Joe Marshall is a Senior Principal Systems Engineer in embedded aerospace processor systems at BAE Systems in Manassas, Virginia. He has developed and / or led development of hardware, software and subsystems at GTE, IBM, Loral, Lockheed Martin and BAE Systems with the last 17 years focused on Spacecraft Processing Systems and their applications. Joe is lead architect for BAE Systems reconfigurable processing architecture and products. He was chair of the AIAA Computer Systems Technical Committee from 2001 to 2005 and specializes in dependable systems, reconfigurable systems, processor architectures, interconnects and systems engineering. Joe has a BSEE and MSEE from Purdue University and has been certified twice as a System Architect by Lockheed Martin.

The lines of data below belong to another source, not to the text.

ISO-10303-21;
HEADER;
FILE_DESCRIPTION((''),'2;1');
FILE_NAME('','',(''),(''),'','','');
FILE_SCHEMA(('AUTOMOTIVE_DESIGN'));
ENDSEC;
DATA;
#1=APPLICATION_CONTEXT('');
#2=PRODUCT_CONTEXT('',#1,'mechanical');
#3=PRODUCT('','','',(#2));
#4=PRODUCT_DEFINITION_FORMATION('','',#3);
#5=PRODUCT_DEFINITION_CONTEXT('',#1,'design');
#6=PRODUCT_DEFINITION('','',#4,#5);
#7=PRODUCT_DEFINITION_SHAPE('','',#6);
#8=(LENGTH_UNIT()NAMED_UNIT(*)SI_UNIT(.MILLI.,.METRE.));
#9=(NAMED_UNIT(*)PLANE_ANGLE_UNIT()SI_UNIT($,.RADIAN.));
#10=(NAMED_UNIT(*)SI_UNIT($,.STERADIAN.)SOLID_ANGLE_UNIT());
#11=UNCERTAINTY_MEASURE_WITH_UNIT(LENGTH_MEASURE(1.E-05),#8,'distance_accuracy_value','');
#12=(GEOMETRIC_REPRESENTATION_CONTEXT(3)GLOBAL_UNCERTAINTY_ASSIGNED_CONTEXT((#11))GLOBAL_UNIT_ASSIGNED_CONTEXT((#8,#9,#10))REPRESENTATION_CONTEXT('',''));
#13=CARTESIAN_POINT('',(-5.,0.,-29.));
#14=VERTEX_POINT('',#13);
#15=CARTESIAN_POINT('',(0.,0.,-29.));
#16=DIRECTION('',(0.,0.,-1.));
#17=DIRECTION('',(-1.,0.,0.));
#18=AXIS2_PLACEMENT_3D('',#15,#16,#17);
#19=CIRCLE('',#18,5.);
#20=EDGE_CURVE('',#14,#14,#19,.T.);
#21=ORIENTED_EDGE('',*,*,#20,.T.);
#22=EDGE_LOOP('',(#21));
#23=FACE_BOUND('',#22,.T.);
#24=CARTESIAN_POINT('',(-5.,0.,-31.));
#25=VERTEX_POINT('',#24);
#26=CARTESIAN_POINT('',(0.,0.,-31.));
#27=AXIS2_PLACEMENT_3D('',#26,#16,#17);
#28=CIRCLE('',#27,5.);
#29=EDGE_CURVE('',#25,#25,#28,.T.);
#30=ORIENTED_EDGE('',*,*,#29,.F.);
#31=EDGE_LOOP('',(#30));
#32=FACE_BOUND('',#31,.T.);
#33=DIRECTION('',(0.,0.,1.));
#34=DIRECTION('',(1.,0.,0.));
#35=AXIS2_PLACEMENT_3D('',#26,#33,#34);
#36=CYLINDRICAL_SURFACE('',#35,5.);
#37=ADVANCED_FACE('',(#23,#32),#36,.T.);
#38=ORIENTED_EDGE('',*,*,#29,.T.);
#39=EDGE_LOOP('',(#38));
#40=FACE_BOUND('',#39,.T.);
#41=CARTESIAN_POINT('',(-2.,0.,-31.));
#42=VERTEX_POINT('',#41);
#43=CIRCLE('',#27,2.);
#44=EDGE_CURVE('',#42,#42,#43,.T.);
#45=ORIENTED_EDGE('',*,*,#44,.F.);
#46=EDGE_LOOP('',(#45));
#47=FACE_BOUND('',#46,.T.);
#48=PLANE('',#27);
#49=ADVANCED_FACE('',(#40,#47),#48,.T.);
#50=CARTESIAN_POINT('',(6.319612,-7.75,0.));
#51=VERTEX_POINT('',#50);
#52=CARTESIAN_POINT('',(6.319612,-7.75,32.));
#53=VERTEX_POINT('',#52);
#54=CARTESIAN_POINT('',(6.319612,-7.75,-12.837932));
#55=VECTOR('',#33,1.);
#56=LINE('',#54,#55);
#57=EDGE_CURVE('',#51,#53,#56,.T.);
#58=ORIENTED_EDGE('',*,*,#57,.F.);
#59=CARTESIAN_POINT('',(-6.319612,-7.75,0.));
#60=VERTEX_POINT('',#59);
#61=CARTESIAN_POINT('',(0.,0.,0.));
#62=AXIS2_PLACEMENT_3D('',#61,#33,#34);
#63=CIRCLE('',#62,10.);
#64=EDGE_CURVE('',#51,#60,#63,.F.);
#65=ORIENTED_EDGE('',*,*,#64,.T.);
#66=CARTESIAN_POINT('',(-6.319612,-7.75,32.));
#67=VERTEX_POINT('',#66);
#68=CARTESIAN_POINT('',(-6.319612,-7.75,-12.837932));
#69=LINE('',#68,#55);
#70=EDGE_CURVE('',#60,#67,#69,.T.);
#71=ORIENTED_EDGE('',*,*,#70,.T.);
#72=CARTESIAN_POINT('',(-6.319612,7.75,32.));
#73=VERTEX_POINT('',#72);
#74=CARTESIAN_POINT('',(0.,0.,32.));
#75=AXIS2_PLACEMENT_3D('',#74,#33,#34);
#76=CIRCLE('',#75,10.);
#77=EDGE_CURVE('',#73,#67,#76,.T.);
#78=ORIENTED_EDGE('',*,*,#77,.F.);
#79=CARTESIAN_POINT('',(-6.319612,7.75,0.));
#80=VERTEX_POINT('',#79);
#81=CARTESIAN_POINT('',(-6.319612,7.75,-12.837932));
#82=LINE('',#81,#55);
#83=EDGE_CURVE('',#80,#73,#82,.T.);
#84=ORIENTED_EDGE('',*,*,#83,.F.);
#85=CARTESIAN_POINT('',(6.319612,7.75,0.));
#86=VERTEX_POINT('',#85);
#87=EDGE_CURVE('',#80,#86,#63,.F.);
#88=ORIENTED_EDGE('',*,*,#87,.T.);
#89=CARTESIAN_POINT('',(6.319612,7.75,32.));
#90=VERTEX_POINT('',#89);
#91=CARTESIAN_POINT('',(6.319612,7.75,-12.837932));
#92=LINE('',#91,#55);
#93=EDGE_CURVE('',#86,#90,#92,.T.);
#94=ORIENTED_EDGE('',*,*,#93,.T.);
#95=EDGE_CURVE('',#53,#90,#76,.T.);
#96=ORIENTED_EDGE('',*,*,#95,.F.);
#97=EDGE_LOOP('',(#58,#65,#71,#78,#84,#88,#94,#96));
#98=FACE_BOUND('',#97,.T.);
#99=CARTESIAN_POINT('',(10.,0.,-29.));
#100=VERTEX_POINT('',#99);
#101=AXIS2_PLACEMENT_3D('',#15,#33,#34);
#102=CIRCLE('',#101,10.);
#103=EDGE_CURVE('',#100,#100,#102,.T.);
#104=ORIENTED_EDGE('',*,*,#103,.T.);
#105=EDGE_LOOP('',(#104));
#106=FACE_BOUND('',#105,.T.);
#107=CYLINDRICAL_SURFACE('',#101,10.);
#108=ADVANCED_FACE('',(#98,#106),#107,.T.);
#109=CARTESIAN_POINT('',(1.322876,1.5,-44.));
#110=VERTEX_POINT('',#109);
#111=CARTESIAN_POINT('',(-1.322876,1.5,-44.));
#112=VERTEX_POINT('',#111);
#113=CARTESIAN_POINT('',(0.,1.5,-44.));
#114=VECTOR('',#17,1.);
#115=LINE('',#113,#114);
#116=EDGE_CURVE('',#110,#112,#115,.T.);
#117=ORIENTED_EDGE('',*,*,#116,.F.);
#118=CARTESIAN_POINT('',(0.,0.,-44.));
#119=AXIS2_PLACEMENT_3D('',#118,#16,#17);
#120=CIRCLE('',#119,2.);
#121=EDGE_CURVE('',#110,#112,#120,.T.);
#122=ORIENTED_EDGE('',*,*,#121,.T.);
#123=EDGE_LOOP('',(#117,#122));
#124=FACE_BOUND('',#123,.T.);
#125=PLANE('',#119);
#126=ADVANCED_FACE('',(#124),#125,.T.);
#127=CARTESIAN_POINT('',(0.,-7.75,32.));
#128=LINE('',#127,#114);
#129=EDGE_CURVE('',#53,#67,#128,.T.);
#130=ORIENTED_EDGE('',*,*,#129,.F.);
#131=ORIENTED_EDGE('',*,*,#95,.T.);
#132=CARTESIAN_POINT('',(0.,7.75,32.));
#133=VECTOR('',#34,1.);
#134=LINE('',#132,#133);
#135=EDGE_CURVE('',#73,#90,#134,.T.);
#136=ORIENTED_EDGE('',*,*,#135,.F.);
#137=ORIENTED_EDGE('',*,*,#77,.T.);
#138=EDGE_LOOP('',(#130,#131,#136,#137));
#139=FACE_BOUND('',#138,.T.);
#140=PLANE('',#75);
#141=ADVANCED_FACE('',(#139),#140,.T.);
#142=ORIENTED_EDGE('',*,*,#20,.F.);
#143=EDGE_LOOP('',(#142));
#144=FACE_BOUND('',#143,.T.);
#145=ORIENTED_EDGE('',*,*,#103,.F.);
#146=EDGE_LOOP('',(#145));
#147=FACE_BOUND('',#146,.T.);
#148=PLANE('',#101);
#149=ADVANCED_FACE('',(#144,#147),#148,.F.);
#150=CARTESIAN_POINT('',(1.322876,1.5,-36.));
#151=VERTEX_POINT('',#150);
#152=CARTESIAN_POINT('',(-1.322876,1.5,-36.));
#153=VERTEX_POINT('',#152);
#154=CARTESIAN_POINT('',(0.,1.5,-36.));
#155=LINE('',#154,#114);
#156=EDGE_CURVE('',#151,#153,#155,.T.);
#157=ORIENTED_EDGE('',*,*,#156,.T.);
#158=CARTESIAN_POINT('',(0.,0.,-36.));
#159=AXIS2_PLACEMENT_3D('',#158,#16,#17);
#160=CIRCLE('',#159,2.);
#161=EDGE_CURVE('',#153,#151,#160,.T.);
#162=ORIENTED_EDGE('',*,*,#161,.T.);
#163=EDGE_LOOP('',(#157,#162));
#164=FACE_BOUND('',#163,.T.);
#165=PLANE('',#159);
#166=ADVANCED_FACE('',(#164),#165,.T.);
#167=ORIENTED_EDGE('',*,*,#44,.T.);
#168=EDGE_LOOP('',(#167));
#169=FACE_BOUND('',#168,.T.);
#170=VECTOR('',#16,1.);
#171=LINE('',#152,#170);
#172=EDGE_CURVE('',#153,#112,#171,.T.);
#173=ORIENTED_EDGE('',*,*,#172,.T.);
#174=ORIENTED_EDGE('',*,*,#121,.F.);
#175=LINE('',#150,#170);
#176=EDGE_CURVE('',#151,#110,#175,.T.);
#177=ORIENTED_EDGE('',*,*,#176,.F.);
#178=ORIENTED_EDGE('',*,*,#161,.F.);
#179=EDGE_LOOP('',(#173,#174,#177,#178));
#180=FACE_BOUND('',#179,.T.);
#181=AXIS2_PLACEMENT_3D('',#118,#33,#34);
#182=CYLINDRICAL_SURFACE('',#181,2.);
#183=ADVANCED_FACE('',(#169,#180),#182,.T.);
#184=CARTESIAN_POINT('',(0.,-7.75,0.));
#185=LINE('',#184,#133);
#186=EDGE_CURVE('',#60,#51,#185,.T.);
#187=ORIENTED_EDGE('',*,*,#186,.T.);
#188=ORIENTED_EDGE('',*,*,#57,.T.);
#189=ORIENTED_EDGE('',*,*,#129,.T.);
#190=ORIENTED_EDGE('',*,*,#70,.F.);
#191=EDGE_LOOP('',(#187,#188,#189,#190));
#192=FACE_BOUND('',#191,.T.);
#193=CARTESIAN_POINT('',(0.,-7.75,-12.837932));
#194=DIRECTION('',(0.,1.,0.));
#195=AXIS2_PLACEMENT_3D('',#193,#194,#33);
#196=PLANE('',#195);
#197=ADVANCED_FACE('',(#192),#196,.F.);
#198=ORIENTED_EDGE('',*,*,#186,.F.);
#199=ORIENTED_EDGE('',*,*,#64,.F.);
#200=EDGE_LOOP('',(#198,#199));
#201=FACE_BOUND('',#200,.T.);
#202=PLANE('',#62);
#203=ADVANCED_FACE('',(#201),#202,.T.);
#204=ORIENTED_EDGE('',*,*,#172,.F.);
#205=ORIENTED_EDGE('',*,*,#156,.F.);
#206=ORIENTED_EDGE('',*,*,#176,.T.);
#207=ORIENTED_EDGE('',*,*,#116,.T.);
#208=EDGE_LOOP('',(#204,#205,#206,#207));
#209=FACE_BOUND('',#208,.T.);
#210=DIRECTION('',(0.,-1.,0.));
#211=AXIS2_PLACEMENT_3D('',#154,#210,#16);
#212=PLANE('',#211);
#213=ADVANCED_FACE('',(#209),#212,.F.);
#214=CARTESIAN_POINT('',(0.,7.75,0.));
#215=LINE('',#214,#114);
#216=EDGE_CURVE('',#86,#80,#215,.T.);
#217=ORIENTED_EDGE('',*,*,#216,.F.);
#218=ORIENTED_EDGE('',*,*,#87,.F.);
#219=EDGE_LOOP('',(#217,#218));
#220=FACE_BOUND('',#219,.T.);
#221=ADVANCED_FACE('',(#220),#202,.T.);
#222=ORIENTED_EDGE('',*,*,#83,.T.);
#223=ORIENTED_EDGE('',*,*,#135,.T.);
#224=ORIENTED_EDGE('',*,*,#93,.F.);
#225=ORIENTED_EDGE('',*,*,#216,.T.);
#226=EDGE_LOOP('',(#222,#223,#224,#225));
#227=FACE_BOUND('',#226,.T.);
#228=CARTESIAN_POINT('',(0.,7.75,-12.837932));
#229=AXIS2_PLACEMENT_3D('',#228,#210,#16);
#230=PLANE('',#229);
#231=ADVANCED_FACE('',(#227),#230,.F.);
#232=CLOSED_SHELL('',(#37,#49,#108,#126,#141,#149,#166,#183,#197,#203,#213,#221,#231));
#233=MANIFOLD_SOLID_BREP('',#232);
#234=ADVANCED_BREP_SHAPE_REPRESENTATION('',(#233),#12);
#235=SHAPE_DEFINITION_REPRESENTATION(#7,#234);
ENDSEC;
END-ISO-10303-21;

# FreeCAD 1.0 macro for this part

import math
import FreeCAD as App
import Part
import Sketcher
from FreeCAD import Vector
Q = App.Units.Quantity

doc = App.newDocument("Part")
body = doc.addObject("PartDesign::Body", "Body")

# Sketch on XY plane
sketch1 = doc.addObject("Sketcher::SketchObject", "Sketch")
body.addObject(sketch1)
sketch1.AttachmentSupport = (doc.XY_Plane, [""])
sketch1.MapMode = "FlatFace"
sketch1.addGeometry(Part.Circle(Vector(0, 0, 0), Vector(0, 0, 1), 10), False)
sketch1.addConstraint(Sketcher.Constraint("Coincident", 0, 3, -1, 1))
sketch1.addConstraint(Sketcher.Constraint("Diameter", 0, Q("20 mm")))
pad1 = doc.addObject("PartDesign::Pad", "Pad")
body.addObject(pad1)
pad1.Profile = sketch1
pad1.Type = "TwoLengths"
pad1.Length = 32
pad1.Length2 = 29

# Sketch on XY plane
sketch2 = doc.addObject("Sketcher::SketchObject", "Sketch001")
body.addObject(sketch2)
sketch2.AttachmentSupport = (doc.XY_Plane, [""])
sketch2.MapMode = "FlatFace"
sketch2.addGeometry(Part.LineSegment(Vector(6, -8, 0), Vector(-6, -8, 0)), False)
sketch2.addGeometry(Part.ArcOfCircle(Part.Circle(Vector(0, 0, 0), Vector(0, 0, 1), 10), math.radians(-129), math.radians(-51)), False)
sketch2.addGeometry(Part.ArcOfCircle(Part.Circle(Vector(0, 0, 0), Vector(0, 0, 1), 10), math.radians(51), math.radians(129)), False)
sketch2.addGeometry(Part.LineSegment(Vector(-6, 8, 0), Vector(6, 8, 0)), False)
sketch2.addConstraint(Sketcher.Constraint("Coincident", 0, 1, 1, 2))
sketch2.addConstraint(Sketcher.Constraint("Coincident", 1, 1, 0, 2))
sketch2.addConstraint(Sketcher.Constraint("Coincident", 2, 1, 3, 2))
sketch2.addConstraint(Sketcher.Constraint("Coincident", 3, 1, 2, 2))
sketch2.addConstraint(Sketcher.Constraint("Horizontal", 0))
sketch2.addConstraint(Sketcher.Constraint("Horizontal", 3))
sketch2.addConstraint(Sketcher.Constraint("Coincident", 1, 3, -1, 1))
sketch2.addConstraint(Sketcher.Constraint("Coincident", 2, 3, -1, 1))
sketch2.addConstraint(Sketcher.Constraint("Equal", 1, 2))
sketch2.addConstraint(Sketcher.Constraint("Vertical", 0, 1, 2, 1))
sketch2.addConstraint(Sketcher.Constraint("Radius", 1, Q("10 mm")))
sketch2.addConstraint(Sketcher.Constraint("DistanceY", 0, 1, 2, 1, Q("15.5 mm")))
pocket1 = doc.addObject("PartDesign::Pocket", "Pocket")
body.addObject(pocket1)
pocket1.Profile = sketch2
pocket1.Length = 32
pocket1.Reversed = True

# Sketch on XY plane
sketch3 = doc.addObject("Sketcher::SketchObject", "Sketch002")
body.addObject(sketch3)
sketch3.AttachmentSupport = (doc.XY_Plane, [""])
sketch3.MapMode = "FlatFace"
sketch3.AttachmentOffset = App.Placement(Vector(0, 0, -29), App.Rotation())
sketch3.addGeometry(Part.Circle(Vector(0, 0, 0), Vector(0, 0, 1), 5), False)
sketch3.addConstraint(Sketcher.Constraint("Coincident", 0, 3, -1, 1))
sketch3.addConstraint(Sketcher.Constraint("Diameter", 0, Q("10 mm")))
pad2 = doc.addObject("PartDesign::Pad", "Pad001")
body.addObject(pad2)
pad2.Profile = sketch3
pad2.Length = 2
pad2.Reversed = True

Jeff Robertson is a Senior Principal Systems Engineer at BAE Systems in Manssass Va. He has over 23 years of experience in embedded systems for both space and terrestrial systems. Currently he is the principal investigator for BAE SYSTEMS Power Aware Computing and Communications (PAC/C) Awareness and Management of Power for Space (AMPS) project. AMPS is sponsored by DARPA and is performing research in adaptive power for space based applications. He received his BS in Computer Science from the University of Dayton.